Steampunk, a genre of literature and media, takes place in a fantastical realm where historical settings are combined with futuristic technology. Theoretical physicist Nicole Yunger Halpern sees a parallel between steampunk and quantum thermodynamics, her area of expertise. This field explores the exchange of heat, work, and energy in quantum systems, much like the fusion of old and new in steampunk.
Quantum thermodynamics, previously seen as an oxymoron, investigates the behavior of quantum engines and miniature devices. Researchers in this field aim to understand how heat, work, and efficiency function in quantum systems and determine the limits of performance for quantum devices. Yunger Halpern, a physicist at NIST and JCQI, is at the forefront of these efforts and has made significant contributions in exploring the implications of the uncertainty principle in thermodynamics.
Yunger Halpern’s work focuses on studying the behavior of a few quantum particles, examining how conserved quantities, like energy and water molecules, behave when they are exchanged between systems. Incompatible quantities, a concept from quantum physics, can impact a system’s behavior, offering insights into how entropy, or disorder, is regulated in quantum exchanges. These studies highlight the potential influence of incompatible quantities on a system’s experience of time’s arrow.
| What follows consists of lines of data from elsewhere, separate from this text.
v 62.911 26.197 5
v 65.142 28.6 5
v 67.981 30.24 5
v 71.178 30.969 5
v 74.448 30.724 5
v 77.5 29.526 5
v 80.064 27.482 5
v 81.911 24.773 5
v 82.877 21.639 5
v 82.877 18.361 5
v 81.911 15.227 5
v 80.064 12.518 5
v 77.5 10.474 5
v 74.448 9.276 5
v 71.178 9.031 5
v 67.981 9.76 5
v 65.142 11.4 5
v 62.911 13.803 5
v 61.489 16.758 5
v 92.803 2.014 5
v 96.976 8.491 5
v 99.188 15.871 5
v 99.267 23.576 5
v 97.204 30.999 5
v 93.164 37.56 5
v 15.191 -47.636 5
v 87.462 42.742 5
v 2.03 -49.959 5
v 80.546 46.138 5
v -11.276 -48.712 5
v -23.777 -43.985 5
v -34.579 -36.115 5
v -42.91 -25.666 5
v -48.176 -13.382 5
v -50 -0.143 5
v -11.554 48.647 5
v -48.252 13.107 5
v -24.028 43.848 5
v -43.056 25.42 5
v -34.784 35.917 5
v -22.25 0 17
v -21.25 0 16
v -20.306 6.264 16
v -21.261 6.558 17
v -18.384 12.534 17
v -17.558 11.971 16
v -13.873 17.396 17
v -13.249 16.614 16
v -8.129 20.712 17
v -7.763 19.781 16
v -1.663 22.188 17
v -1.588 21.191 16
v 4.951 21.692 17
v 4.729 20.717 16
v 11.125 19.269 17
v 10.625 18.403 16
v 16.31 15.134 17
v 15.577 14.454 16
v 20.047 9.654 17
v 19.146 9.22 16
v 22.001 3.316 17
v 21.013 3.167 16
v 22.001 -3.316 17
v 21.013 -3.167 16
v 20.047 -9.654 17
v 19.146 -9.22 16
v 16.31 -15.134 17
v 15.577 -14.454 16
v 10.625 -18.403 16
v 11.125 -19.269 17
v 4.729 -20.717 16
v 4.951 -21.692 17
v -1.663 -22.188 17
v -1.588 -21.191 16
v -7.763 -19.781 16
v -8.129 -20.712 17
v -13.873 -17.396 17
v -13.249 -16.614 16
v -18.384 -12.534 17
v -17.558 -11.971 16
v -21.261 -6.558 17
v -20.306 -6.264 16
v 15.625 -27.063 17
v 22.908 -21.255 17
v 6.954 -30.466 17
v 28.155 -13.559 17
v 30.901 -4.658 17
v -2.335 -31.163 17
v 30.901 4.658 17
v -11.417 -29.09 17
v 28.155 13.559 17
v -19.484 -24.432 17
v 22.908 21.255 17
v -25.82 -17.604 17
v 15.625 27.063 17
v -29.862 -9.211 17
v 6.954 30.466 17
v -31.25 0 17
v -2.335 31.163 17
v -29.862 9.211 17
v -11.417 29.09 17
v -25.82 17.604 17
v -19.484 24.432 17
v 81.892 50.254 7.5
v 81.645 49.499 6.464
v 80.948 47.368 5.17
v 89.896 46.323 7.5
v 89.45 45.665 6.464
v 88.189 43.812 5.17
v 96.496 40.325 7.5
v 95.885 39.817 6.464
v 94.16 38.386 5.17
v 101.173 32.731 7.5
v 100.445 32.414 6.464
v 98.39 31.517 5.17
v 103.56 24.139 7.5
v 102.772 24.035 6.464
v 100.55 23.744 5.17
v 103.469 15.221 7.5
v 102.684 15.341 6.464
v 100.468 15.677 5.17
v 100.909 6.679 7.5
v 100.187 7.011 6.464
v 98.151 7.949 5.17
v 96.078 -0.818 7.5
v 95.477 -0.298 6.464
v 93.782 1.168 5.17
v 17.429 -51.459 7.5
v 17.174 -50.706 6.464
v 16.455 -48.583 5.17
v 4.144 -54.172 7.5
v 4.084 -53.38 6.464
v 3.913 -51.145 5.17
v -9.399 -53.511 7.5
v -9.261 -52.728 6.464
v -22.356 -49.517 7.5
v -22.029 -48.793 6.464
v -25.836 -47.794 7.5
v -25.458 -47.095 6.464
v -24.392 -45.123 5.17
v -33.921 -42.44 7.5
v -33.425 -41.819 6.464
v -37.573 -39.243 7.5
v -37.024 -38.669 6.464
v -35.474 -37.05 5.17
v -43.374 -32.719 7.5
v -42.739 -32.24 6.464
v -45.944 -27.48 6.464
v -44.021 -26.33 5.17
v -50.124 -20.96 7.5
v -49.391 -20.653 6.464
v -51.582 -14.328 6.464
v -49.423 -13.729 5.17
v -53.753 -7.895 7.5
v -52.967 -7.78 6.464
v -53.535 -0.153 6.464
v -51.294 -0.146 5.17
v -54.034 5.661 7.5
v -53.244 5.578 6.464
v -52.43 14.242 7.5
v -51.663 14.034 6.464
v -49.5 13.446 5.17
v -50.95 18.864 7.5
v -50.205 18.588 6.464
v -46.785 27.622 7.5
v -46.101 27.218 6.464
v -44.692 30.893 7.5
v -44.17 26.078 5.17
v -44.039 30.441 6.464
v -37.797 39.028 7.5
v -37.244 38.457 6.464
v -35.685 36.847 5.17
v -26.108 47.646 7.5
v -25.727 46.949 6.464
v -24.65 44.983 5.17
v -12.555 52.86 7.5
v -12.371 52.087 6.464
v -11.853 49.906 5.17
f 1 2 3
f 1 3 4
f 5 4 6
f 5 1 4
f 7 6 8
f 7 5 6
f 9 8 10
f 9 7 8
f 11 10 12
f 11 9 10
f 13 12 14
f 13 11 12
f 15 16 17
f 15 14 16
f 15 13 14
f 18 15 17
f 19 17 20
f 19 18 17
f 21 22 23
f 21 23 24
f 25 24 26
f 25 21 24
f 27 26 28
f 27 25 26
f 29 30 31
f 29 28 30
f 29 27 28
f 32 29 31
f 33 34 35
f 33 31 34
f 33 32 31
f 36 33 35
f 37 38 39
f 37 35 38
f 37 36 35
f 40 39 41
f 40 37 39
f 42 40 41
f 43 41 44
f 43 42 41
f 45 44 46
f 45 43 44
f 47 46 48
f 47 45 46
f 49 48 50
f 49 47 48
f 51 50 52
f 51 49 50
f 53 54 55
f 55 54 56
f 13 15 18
Laboratory demonstrations have showcased the capabilities of quantum thermodynamics, such as single-atom engines converting heat into work. Yunger Halpern aims to bring these concepts to practical use through autonomous quantum machines. Her collaborations have yielded innovations like an autonomous quantum refrigerator and criteria for creating such devices. These machines must operate automatically, maintain structural integrity, and provide output commensurate with the input required to run them.
In addition to her scientific research, Yunger Halpern is known for her popular science writing, including her book “Quantum Steampunk: The Physics of Yesterday’s Tomorrow” and her blog on Quantum Frontiers. These platforms allow her to explore creative ideas beyond the confines of traditional scientific publications. While she sets high standards for her students, she is also known for her warmth and caring nature, exemplified by thoughtful gestures like remembering a favorite ice cream brand. Her hobbies reflect a blend of quiet, old-fashioned interests with energetic, cutting-edge research, making her a rising star in the field of quantum thermodynamics.